Another good reason to keep using the adjacency list model is regardless of which model you use above, they introduce either additional columns or additional tables that are not meant to be directly edited by users but are for purpose somewhat equivalent to a calculated field and thus should not be tinkered with. If the users are allowed to edit only the SupervisorID
field, then it becomes easy to code your data macros/triggers/VBA procedure around that one field, and updating the "calculations" of the additional fields/table to ensure correctness for the queries depending on such models.
1. SQL Standard does describe a way to create a recursive query. However, the compliance for that particular feature seems to be poor. Furthermore, the performance may not be that great. (which is the case with SQL Server's particular implementation) The 3 models discussed are easily implemented in most of RDBMS and queries for querying the hierarchy can be easily written and ported. However, the implementation to automatically manage the changes to the hierarchy invariably requires vendor-specific dialect, using triggers or stored procedure which is not very portable.
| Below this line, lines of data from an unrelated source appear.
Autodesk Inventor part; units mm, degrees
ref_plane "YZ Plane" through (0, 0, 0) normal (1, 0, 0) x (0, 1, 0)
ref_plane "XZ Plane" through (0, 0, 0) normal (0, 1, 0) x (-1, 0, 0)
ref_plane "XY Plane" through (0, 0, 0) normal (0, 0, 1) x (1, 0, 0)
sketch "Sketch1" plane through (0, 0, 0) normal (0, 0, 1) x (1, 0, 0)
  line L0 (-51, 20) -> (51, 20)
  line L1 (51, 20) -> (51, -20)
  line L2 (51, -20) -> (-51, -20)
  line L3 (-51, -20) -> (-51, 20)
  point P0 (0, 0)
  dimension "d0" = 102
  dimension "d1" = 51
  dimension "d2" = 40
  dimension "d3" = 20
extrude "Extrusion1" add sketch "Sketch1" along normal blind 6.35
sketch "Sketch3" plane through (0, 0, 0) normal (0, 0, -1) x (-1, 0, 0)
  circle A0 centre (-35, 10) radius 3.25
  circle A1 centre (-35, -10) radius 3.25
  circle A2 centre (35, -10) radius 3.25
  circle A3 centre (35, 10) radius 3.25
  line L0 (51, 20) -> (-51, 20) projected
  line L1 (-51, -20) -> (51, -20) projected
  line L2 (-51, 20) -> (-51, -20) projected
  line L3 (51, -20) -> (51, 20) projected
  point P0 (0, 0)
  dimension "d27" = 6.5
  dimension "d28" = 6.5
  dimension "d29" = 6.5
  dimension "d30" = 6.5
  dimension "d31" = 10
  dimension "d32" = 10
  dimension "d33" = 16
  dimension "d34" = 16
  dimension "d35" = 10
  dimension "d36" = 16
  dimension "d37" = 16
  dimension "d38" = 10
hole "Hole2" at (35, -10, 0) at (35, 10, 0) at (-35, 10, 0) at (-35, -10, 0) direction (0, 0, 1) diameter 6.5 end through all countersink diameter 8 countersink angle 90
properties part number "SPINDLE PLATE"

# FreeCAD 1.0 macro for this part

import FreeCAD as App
import Part
import Sketcher
from FreeCAD import Vector
Q = App.Units.Quantity

doc = App.newDocument("Part")
body = doc.addObject("PartDesign::Body", "Body")

# Sketch on XY plane
sketch1 = body.newObject("Sketcher::SketchObject", "Sketch")
sketch1.AttachmentSupport = (doc.getObject("XY_Plane"), [""])
sketch1.MapMode = "FlatFace"
sketch1.addGeometry([
    Part.LineSegment(Vector(51, 20, 0), Vector(-51, 20, 0)),
    Part.LineSegment(Vector(-51, 20, 0), Vector(-51, -20, 0)),
    Part.LineSegment(Vector(-51, -20, 0), Vector(51, -20, 0)),
    Part.LineSegment(Vector(51, -20, 0), Vector(51, 20, 0)),
], False)
sketch1.addConstraint([
    Sketcher.Constraint("Coincident", 0, 2, 1, 1),
    Sketcher.Constraint("Coincident", 1, 2, 2, 1),
    Sketcher.Constraint("Coincident", 2, 2, 3, 1),
    Sketcher.Constraint("Coincident", 3, 2, 0, 1),
    Sketcher.Constraint("Horizontal", 0),
    Sketcher.Constraint("Vertical", 1),
    Sketcher.Constraint("Horizontal", 2),
    Sketcher.Constraint("Vertical", 3),
    Sketcher.Constraint("Symmetric", 0, 2, 2, 2, -1, 1),
    Sketcher.Constraint("DistanceX", 0, 2, 0, 1, Q("102 mm")),
    Sketcher.Constraint("DistanceY", 1, 2, 1, 1, Q("40 mm")),
])
pad1 = body.newObject("PartDesign::Pad", "Pad")
pad1.Profile = sketch1
pad1.Length = 6.35

# Sketch on XY plane
sketch2 = body.newObject("Sketcher::SketchObject", "Sketch001")
sketch2.AttachmentSupport = (doc.getObject("XY_Plane"), [""])
sketch2.MapMode = "FlatFace"
sketch2.addGeometry([
    Part.Circle(Vector(35, -10, 0), Vector(0, 0, 1), 3.2),
    Part.Circle(Vector(35, 10, 0), Vector(0, 0, 1), 3.2),
    Part.Circle(Vector(-35, 10, 0), Vector(0, 0, 1), 3.2),
    Part.Circle(Vector(-35, -10, 0), Vector(0, 0, 1), 3.2),
], False)
sketch2.addConstraint([
    Sketcher.Constraint("Equal", 0, 1),
    Sketcher.Constraint("Equal", 1, 2),
    Sketcher.Constraint("Equal", 2, 3),
    Sketcher.Constraint("Symmetric", 0, 3, 2, 3, -1, 1),
    Sketcher.Constraint("Symmetric", 1, 3, 3, 3, -1, 1),
    Sketcher.Constraint("Symmetric", 1, 3, 2, 3, -2),
    Sketcher.Constraint("Diameter", 0, Q("6.5 mm")),
    Sketcher.Constraint("DistanceX", -1, 1, 0, 3, Q("35 mm")),
    Sketcher.Constraint("DistanceY", 0, 3, -1, 1, Q("10 mm")),
])
doc.recompute()
hole = body.newObject("PartDesign::Hole", "Hole")
hole.Profile = sketch2
hole.ThreadType = "None"
hole.Diameter = 6.5
hole.DepthType = "ThroughAll"
hole.HoleCutType = "Countersink"
hole.HoleCutDiameter = 8
hole.HoleCutCountersinkAngle = 90
hole.Reversed = True

doc.recompute()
2. When I say consistent, I only mean that the model cannot create a nonsensical output. It's still possible to provide wrong data and make a weird hierarchy such as an employee's supervisor reporting to the employee, but not one that would give undefined results. However, it still is a hierarchy (even if it ends up as a cyclical graph). With other models, failing to maintain the derived data correctly means the queries will start returning undefined results.
3. SQL Server's hierarchyid
data type is in fact an implementation of this model.